*TASK ITEM*: Copy word for word the lines from the start of the records through the line that contains "Line((-800, 65), (-800, -65))", both included.

========

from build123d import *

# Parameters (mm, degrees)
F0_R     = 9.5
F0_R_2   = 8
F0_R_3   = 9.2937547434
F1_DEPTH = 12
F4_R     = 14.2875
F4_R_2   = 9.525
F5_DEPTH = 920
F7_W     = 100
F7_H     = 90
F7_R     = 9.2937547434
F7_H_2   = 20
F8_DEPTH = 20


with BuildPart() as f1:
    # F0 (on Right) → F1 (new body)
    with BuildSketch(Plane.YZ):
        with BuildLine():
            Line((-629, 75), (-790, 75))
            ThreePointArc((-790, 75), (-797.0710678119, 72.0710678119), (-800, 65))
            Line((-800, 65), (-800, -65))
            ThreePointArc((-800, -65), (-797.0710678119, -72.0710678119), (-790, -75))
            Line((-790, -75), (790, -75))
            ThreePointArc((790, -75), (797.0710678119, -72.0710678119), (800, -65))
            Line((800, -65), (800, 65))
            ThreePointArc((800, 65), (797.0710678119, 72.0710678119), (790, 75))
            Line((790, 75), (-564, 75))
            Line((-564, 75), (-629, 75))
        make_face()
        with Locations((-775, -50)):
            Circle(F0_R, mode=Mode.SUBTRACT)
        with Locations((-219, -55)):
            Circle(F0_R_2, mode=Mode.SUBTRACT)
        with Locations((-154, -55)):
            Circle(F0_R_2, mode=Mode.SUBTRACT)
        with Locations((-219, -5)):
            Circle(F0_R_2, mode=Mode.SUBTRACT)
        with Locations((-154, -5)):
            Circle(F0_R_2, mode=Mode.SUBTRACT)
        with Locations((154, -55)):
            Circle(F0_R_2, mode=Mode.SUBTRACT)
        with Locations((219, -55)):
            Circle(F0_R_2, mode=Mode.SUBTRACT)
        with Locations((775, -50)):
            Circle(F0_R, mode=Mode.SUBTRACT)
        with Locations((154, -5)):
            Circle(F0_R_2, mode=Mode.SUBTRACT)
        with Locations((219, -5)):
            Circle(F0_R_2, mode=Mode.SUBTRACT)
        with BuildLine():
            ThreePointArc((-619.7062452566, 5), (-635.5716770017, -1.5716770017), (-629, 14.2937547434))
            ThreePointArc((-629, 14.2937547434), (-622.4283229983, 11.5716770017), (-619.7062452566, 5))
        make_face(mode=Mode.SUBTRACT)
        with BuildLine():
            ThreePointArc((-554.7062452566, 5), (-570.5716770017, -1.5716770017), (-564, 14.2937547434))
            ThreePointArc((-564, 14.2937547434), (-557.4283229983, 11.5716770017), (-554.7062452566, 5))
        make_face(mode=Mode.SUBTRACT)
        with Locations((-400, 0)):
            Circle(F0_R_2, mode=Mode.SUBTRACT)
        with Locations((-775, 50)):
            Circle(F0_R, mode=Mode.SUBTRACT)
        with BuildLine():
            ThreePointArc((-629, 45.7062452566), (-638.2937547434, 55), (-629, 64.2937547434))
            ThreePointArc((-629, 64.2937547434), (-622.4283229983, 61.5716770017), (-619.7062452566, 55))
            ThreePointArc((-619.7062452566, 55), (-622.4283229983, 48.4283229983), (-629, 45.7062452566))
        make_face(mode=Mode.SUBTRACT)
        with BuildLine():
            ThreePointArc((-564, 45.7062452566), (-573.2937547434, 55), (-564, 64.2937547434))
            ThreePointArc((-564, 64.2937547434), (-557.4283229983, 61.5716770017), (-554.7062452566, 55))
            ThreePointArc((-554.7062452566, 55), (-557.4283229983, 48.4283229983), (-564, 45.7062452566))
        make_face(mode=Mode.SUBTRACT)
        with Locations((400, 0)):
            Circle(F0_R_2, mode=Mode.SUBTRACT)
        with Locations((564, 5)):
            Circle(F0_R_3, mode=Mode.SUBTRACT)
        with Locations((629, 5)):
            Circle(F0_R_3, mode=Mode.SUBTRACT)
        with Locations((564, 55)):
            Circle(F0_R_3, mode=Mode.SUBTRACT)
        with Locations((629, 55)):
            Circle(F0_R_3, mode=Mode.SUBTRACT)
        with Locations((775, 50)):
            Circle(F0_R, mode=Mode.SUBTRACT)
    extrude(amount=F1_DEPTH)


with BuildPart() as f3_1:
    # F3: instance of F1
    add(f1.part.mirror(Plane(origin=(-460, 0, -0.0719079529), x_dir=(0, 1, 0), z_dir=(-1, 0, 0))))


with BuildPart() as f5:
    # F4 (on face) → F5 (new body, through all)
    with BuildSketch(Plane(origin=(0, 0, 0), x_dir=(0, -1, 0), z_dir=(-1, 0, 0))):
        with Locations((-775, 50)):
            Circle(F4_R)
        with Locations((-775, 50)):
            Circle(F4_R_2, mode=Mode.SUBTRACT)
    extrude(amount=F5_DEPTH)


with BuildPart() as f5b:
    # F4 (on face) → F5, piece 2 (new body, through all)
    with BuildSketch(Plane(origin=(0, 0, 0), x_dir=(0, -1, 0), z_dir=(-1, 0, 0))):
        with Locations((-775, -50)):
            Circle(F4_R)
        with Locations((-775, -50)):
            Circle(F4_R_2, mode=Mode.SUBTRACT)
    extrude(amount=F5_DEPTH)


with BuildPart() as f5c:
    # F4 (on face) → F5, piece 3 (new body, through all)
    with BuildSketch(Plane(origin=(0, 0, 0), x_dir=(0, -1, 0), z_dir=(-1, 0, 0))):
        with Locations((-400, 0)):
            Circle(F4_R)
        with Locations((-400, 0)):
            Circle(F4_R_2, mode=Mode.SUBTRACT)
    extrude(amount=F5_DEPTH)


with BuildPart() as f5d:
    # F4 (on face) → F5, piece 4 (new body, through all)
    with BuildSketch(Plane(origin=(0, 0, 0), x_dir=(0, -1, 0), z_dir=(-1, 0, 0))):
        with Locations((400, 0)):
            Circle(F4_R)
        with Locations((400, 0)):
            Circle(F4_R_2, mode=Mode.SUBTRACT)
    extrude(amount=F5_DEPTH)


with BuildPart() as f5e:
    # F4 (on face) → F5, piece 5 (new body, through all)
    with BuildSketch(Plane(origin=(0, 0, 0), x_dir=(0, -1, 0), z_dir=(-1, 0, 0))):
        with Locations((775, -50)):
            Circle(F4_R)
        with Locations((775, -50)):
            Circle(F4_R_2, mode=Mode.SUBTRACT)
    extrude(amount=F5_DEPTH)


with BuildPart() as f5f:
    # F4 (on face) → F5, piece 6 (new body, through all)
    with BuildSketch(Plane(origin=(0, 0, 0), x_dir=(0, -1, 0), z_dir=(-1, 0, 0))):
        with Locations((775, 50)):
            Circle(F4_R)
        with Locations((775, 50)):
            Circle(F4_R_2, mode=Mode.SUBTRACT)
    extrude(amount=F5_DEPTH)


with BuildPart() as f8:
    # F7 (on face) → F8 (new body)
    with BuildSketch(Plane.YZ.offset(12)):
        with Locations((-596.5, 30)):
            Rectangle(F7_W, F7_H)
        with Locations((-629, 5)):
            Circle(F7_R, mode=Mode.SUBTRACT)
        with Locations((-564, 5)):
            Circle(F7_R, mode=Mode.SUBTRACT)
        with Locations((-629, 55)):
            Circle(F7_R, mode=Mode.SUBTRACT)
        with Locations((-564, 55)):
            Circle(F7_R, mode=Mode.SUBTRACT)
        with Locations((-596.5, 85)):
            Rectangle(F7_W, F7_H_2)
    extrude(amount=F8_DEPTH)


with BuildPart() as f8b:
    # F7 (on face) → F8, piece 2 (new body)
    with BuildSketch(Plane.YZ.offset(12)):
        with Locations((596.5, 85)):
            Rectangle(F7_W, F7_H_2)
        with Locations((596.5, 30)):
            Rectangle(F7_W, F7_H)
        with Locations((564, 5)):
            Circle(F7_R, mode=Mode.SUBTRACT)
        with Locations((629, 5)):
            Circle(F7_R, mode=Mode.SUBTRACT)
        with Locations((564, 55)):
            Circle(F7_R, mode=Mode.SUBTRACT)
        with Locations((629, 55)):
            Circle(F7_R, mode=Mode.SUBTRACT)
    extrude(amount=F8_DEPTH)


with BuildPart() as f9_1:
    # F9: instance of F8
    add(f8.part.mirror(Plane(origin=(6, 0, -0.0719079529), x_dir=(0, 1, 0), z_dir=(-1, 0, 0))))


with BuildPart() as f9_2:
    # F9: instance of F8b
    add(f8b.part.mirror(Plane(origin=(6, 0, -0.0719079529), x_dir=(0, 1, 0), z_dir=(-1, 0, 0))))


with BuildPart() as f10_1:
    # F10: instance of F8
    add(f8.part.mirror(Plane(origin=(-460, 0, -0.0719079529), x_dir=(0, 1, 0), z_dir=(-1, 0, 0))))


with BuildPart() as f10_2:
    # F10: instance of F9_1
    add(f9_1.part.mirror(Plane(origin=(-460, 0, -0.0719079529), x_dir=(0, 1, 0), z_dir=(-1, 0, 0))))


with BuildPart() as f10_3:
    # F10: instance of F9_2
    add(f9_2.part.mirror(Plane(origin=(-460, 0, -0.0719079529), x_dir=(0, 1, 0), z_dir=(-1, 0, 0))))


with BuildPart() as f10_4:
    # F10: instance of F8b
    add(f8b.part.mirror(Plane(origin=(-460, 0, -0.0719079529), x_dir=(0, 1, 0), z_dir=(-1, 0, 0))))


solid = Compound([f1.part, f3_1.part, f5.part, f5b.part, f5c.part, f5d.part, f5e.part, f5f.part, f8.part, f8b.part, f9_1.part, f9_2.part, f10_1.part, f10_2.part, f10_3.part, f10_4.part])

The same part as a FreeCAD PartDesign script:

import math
import FreeCAD as App
import Part
import Sketcher
from FreeCAD import Vector
Q = App.Units.Quantity


def add_polygon(sketch, points):
    """Adds a closed chain of lines whose ends are joined by coincident constraints."""
    first, n = sketch.GeometryCount, len(points)
    for a, b in zip(points, points[1:] + points[:1]):
        sketch.addGeometry(Part.LineSegment(App.Vector(*a, 0), App.Vector(*b, 0)), False)
    for i in range(n):
        sketch.addConstraint(Sketcher.Constraint("Coincident", first + i, 2, first + (i + 1) % n, 1))

doc = App.newDocument("Part")
body = doc.addObject("PartDesign::Body", "Body")

# Sketch on YZ plane
sketch1 = doc.addObject("Sketcher::SketchObject", "Sketch")
body.addObject(sketch1)
sketch1.AttachmentSupport = (doc.YZ_Plane, [""])
sketch1.MapMode = "FlatFace"
sketch1.addGeometry([
    Part.ArcOfCircle(Part.Circle(Vector(-790, 65, 0), Vector(0, 0, 1), 10), math.radians(90), math.radians(180)),  # 0
    Part.LineSegment(Vector(-800, 65, 0), Vector(-800, -65, 0)),  # 1
    Part.ArcOfCircle(Part.Circle(Vector(-790, -65, 0), Vector(0, 0, 1), 10), math.radians(180), math.radians(270)),  # 2
    Part.LineSegment(Vector(-790, -75, 0), Vector(790, -75, 0)),  # 3
    Part.ArcOfCircle(Part.Circle(Vector(790, -65, 0), Vector(0, 0, 1), 10), math.radians(-90), math.radians(0)),  # 4
    Part.LineSegment(Vector(800, -65, 0), Vector(800, 65, 0)),  # 5
    Part.ArcOfCircle(Part.Circle(Vector(790, 65, 0), Vector(0, 0, 1), 10), math.radians(0), math.radians(90)),  # 6
    Part.LineSegment(Vector(790, 75, 0), Vector(-790, 75, 0)),  # 7
    Part.Circle(Vector(-775, -50, 0), Vector(0, 0, 1), 10),  # 8
    Part.Circle(Vector(-219, -55, 0), Vector(0, 0, 1), 8),  # 9
    Part.Circle(Vector(-154, -55, 0), Vector(0, 0, 1), 8),  # 10
    Part.Circle(Vector(-400, 0, 0), Vector(0, 0, 1), 8),  # 11
    Part.Circle(Vector(-219, -5, 0), Vector(0, 0, 1), 8),  # 12
    Part.Circle(Vector(-154, -5, 0), Vector(0, 0, 1), 8),  # 13
    Part.Circle(Vector(154, -55, 0), Vector(0, 0, 1), 8),  # 14
    Part.Circle(Vector(219, -55, 0), Vector(0, 0, 1), 8),  # 15
    Part.Circle(Vector(775, -50, 0), Vector(0, 0, 1), 10),  # 16
    Part.Circle(Vector(154, -5, 0), Vector(0, 0, 1), 8),  # 17
    Part.Circle(Vector(219, -5, 0), Vector(0, 0, 1), 8),  # 18
    Part.Circle(Vector(400, 0, 0), Vector(0, 0, 1), 8),  # 19
    Part.ArcOfCircle(Part.Circle(Vector(-629, 5, 0), Vector(0, 0, 1), 9), math.radians(0), math.radians(90)),  # 20
    Part.ArcOfCircle(Part.Circle(Vector(-629, 5, 0), Vector(0, 0, 1), 9), math.radians(90), math.radians(360)),  # 21
    Part.ArcOfCircle(Part.Circle(Vector(-564, 5, 0), Vector(0, 0, 1), 9), math.radians(0), math.radians(90)),  # 22
    Part.ArcOfCircle(Part.Circle(Vector(-564, 5, 0), Vector(0, 0, 1), 9), math.radians(90), math.radians(360)),  # 23
    Part.Circle(Vector(-775, 50, 0), Vector(0, 0, 1), 10),  # 24
    Part.ArcOfCircle(Part.Circle(Vector(-629, 55, 0), Vector(0, 0, 1), 9), math.radians(-90), math.radians(0)),  # 25
    Part.ArcOfCircle(Part.Circle(Vector(-629, 55, 0), Vector(0, 0, 1), 9), math.radians(90), math.radians(270)),  # 26
    Part.ArcOfCircle(Part.Circle(Vector(-629, 55, 0), Vector(0, 0, 1), 9), math.radians(0), math.radians(90)),  # 27
    Part.ArcOfCircle(Part.Circle(Vector(-564, 55, 0), Vector(0, 0, 1), 9), math.radians(-90), math.radians(0)),  # 28
    Part.ArcOfCircle(Part.Circle(Vector(-564, 55, 0), Vector(0, 0, 1), 9), math.radians(90), math.radians(270)),  # 29
    Part.ArcOfCircle(Part.Circle(Vector(-564, 55, 0), Vector(0, 0, 1), 9), math.radians(0), math.radians(90)),  # 30
    Part.Circle(Vector(564, 5, 0), Vector(0, 0, 1), 9),  # 31
    Part.Circle(Vector(629, 5, 0), Vector(0, 0, 1), 9),  # 32
    Part.Circle(Vector(564, 55, 0), Vector(0, 0, 1), 9),  # 33
    Part.Circle(Vector(629, 55, 0), Vector(0, 0, 1), 9),  # 34
    Part.Circle(Vector(775, 50, 0), Vector(0, 0, 1), 10),  # 35
], False)
sketch1.addConstraint([
    Sketcher.Constraint("Tangent", 0, 2, 1, 1),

========

*THE ANSWER*:
from build123d import *

# Parameters (mm, degrees)
F0_R     = 9.5
F0_R_2   = 8
F0_R_3   = 9.2937547434
F1_DEPTH = 12
F4_R     = 14.2875
F4_R_2   = 9.525
F5_DEPTH = 920
F7_W     = 100
F7_H     = 90
F7_R     = 9.2937547434
F7_H_2   = 20
F8_DEPTH = 20


with BuildPart() as f1:
    # F0 (on Right) → F1 (new body)
    with BuildSketch(Plane.YZ):
        with BuildLine():
            Line((-629, 75), (-790, 75))
            ThreePointArc((-790, 75), (-797.0710678119, 72.0710678119), (-800, 65))
            Line((-800, 65), (-800, -65))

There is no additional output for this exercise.